Recently, I've been considering a return to academia, but I've struggled with choosing the right direction. I now recognize that there are many angles to get at the same questions, and I want to be sure that any program I pursue has a good perspective on how different fields of inquiry fit together.

One of my main concerns is the apparently persistent divide between science and humanities. I appreciate much of what I've seen at conferences and such, but I often feel that the bias for certain angles of study is greater than what would be expected just because people have their particular specialties. Humanities folks (a group which includes the majority of music-related researchers) seem to make everything about culture. Of course, there have been countless debates about universals versus cultural differences, debates about different approaches to scholarly inquiry, debates about nature versus nurture, and so on. There is enough material for scholars to make entire careers out of just studying the history of these debates as a meta-topic. Trying to make sense of all of this, I've developed my own framework to address the different angles of inquiry, and that's what I going to describe here.

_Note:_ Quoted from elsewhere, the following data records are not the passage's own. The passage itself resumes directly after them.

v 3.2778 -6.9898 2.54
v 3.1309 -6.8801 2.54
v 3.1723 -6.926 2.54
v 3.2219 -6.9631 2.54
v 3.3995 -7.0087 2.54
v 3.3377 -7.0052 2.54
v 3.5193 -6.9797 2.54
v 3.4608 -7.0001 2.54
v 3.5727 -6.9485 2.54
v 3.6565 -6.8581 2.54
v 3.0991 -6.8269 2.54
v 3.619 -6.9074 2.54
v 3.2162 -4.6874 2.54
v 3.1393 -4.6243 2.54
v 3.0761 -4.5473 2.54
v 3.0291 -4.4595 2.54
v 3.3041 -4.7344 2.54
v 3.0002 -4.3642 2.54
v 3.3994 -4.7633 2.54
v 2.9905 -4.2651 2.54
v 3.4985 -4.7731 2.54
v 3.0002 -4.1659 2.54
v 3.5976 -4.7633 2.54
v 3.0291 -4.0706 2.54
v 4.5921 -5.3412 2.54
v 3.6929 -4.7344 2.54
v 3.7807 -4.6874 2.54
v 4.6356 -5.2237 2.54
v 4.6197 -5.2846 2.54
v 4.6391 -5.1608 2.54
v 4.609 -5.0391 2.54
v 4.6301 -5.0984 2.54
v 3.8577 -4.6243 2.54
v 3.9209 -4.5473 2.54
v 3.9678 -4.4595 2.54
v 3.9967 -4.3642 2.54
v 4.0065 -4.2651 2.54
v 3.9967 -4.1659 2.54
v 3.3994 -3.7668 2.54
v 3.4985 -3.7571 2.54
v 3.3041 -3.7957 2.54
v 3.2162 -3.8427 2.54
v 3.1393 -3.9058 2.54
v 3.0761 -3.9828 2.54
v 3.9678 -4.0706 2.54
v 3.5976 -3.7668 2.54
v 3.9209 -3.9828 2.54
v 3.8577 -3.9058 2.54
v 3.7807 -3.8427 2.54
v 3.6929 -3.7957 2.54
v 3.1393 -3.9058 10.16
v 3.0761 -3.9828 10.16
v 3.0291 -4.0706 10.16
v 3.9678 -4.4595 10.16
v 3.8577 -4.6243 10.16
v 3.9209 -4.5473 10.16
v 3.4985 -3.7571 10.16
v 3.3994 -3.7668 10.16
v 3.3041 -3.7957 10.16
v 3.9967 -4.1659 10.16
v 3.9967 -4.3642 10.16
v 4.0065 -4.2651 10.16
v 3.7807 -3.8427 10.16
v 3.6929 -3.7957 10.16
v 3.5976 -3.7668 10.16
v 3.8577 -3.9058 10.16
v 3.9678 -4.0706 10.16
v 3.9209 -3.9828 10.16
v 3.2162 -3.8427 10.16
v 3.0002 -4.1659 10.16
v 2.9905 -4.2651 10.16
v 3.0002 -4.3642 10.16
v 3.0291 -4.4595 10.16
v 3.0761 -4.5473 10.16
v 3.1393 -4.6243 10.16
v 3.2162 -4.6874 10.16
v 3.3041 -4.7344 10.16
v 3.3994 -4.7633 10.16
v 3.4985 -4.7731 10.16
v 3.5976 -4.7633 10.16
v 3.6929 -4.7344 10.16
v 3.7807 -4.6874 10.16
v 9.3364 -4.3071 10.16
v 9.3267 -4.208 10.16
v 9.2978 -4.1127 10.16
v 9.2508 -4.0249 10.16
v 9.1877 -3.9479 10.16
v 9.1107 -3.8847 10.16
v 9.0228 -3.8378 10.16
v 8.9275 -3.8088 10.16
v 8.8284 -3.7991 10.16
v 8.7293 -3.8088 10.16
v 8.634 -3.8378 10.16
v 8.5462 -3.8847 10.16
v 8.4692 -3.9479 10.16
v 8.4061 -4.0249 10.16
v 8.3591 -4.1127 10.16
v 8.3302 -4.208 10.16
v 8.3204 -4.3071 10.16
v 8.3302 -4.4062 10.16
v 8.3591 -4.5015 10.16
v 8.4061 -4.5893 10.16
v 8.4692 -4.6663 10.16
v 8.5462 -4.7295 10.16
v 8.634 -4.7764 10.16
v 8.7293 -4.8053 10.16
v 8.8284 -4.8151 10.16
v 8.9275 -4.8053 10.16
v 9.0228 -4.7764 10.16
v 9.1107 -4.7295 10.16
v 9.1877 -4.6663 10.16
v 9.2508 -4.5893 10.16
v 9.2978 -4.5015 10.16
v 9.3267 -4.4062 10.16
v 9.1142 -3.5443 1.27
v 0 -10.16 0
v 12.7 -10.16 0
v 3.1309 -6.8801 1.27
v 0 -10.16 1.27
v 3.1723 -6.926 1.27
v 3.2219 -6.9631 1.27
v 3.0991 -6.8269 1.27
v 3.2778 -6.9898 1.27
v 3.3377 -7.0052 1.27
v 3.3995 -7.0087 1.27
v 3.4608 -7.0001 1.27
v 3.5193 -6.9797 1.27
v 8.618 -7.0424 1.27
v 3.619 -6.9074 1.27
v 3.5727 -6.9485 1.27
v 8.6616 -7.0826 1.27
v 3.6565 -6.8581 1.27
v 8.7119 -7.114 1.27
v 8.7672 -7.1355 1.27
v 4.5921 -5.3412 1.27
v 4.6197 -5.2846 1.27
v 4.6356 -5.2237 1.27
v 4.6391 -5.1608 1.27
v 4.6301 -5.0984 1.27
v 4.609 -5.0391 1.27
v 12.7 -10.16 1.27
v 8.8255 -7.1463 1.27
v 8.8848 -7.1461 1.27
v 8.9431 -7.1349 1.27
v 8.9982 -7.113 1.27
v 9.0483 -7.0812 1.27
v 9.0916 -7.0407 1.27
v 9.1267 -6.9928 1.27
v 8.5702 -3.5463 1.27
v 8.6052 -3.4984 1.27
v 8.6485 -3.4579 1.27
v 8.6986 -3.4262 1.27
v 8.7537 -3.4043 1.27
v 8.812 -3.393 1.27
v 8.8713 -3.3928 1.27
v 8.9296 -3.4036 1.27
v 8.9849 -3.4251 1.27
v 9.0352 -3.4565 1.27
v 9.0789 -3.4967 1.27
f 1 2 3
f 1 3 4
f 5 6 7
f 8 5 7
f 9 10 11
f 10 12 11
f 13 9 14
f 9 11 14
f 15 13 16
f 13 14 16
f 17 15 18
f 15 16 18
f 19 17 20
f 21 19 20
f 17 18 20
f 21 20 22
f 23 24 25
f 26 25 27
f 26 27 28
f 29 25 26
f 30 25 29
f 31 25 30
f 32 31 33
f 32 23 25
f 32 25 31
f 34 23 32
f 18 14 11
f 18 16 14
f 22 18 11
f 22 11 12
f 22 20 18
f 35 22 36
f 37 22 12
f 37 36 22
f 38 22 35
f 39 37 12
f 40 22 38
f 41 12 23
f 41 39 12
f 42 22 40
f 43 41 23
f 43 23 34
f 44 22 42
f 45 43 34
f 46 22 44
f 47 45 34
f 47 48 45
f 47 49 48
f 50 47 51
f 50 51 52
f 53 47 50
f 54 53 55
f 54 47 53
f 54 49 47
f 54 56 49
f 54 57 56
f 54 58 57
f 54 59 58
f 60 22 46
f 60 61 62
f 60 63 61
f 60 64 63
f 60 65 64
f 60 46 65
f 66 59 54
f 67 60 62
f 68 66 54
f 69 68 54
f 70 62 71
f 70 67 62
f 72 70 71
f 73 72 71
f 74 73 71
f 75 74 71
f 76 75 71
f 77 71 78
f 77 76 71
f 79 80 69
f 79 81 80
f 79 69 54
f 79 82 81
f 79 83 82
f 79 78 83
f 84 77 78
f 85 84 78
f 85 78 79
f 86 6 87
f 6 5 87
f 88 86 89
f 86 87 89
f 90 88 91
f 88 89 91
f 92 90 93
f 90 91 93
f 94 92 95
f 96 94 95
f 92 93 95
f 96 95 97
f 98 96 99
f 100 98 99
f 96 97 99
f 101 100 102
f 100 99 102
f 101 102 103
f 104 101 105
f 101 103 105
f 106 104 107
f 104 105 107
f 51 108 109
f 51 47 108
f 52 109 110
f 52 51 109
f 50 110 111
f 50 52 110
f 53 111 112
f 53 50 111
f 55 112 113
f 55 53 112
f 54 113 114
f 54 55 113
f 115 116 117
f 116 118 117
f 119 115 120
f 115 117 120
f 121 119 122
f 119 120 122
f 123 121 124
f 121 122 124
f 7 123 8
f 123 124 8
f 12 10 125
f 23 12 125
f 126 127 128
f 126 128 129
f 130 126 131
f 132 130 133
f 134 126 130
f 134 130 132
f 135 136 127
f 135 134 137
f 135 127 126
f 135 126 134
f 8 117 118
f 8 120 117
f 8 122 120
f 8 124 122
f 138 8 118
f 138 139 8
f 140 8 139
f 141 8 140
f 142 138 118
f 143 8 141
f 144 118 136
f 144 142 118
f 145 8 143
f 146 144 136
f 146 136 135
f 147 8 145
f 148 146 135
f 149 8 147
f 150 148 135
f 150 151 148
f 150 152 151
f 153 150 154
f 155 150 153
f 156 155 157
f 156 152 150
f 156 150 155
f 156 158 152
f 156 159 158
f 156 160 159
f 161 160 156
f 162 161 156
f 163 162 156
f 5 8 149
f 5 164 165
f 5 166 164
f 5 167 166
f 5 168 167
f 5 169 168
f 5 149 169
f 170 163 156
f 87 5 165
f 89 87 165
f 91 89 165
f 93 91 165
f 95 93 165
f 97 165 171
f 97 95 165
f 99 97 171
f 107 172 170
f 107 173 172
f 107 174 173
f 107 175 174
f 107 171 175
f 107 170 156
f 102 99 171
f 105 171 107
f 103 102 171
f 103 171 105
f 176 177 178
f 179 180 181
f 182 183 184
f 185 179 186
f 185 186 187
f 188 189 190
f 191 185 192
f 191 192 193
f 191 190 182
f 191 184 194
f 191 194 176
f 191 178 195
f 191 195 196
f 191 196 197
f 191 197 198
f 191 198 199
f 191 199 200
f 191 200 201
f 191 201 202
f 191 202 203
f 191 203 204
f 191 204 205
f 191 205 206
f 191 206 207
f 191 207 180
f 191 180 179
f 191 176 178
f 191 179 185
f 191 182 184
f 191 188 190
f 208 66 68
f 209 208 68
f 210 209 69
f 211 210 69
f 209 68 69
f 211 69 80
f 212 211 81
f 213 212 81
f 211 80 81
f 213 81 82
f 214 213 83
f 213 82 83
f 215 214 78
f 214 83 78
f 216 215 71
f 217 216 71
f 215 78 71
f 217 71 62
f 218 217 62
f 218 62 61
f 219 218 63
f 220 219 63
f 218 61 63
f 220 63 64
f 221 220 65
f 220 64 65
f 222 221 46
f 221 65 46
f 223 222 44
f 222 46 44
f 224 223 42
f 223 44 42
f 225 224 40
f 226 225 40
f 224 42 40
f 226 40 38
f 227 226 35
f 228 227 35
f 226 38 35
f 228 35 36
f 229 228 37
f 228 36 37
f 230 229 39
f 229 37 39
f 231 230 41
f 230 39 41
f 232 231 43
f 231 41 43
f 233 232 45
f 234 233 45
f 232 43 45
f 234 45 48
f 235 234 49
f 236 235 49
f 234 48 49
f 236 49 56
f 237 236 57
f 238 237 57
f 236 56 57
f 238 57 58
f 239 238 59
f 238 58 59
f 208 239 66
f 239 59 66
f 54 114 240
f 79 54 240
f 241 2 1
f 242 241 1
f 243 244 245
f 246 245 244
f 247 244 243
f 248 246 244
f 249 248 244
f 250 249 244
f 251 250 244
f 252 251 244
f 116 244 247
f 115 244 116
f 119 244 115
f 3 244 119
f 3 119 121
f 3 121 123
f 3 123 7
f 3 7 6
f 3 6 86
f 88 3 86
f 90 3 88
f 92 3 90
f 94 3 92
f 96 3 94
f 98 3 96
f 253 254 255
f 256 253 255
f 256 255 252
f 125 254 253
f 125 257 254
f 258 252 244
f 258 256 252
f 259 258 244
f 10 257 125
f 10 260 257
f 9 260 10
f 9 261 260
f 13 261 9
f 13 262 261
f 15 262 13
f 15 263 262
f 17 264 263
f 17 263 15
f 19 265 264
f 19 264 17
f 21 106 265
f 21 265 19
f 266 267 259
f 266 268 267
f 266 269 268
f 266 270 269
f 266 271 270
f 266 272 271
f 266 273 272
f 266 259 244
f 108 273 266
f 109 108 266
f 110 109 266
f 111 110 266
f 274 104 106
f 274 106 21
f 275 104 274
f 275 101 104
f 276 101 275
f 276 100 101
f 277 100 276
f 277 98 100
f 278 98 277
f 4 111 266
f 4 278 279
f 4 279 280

My interdisciplinary framework

The deep questions most of us have are basically about understanding the nature of our own experience. We will never be able to know or explain everything, of course. But while our abstract models are imperfect, they may still be useful.

The figure to the right is a diagram of an intellectual framework which I find useful for contextualizing understanding, research, and experience. I don't think any element here is overall more or less important than the others. To reasonably explain any of our experiences, all these levels need to all be acknowledged.
The figure represents a hierarchy of unidirectional restrictions. We live in the inner circle and only experience the outer levels indirectly. We necessarily experience and understand physics through our subjective and culturally-influenced perspectives. Yet while culture influences physicists, culture cannot alter the basic physical laws of the universe. Physical reality imposes absolute restrictions on the possibilities within all the lower levels, not vice versa.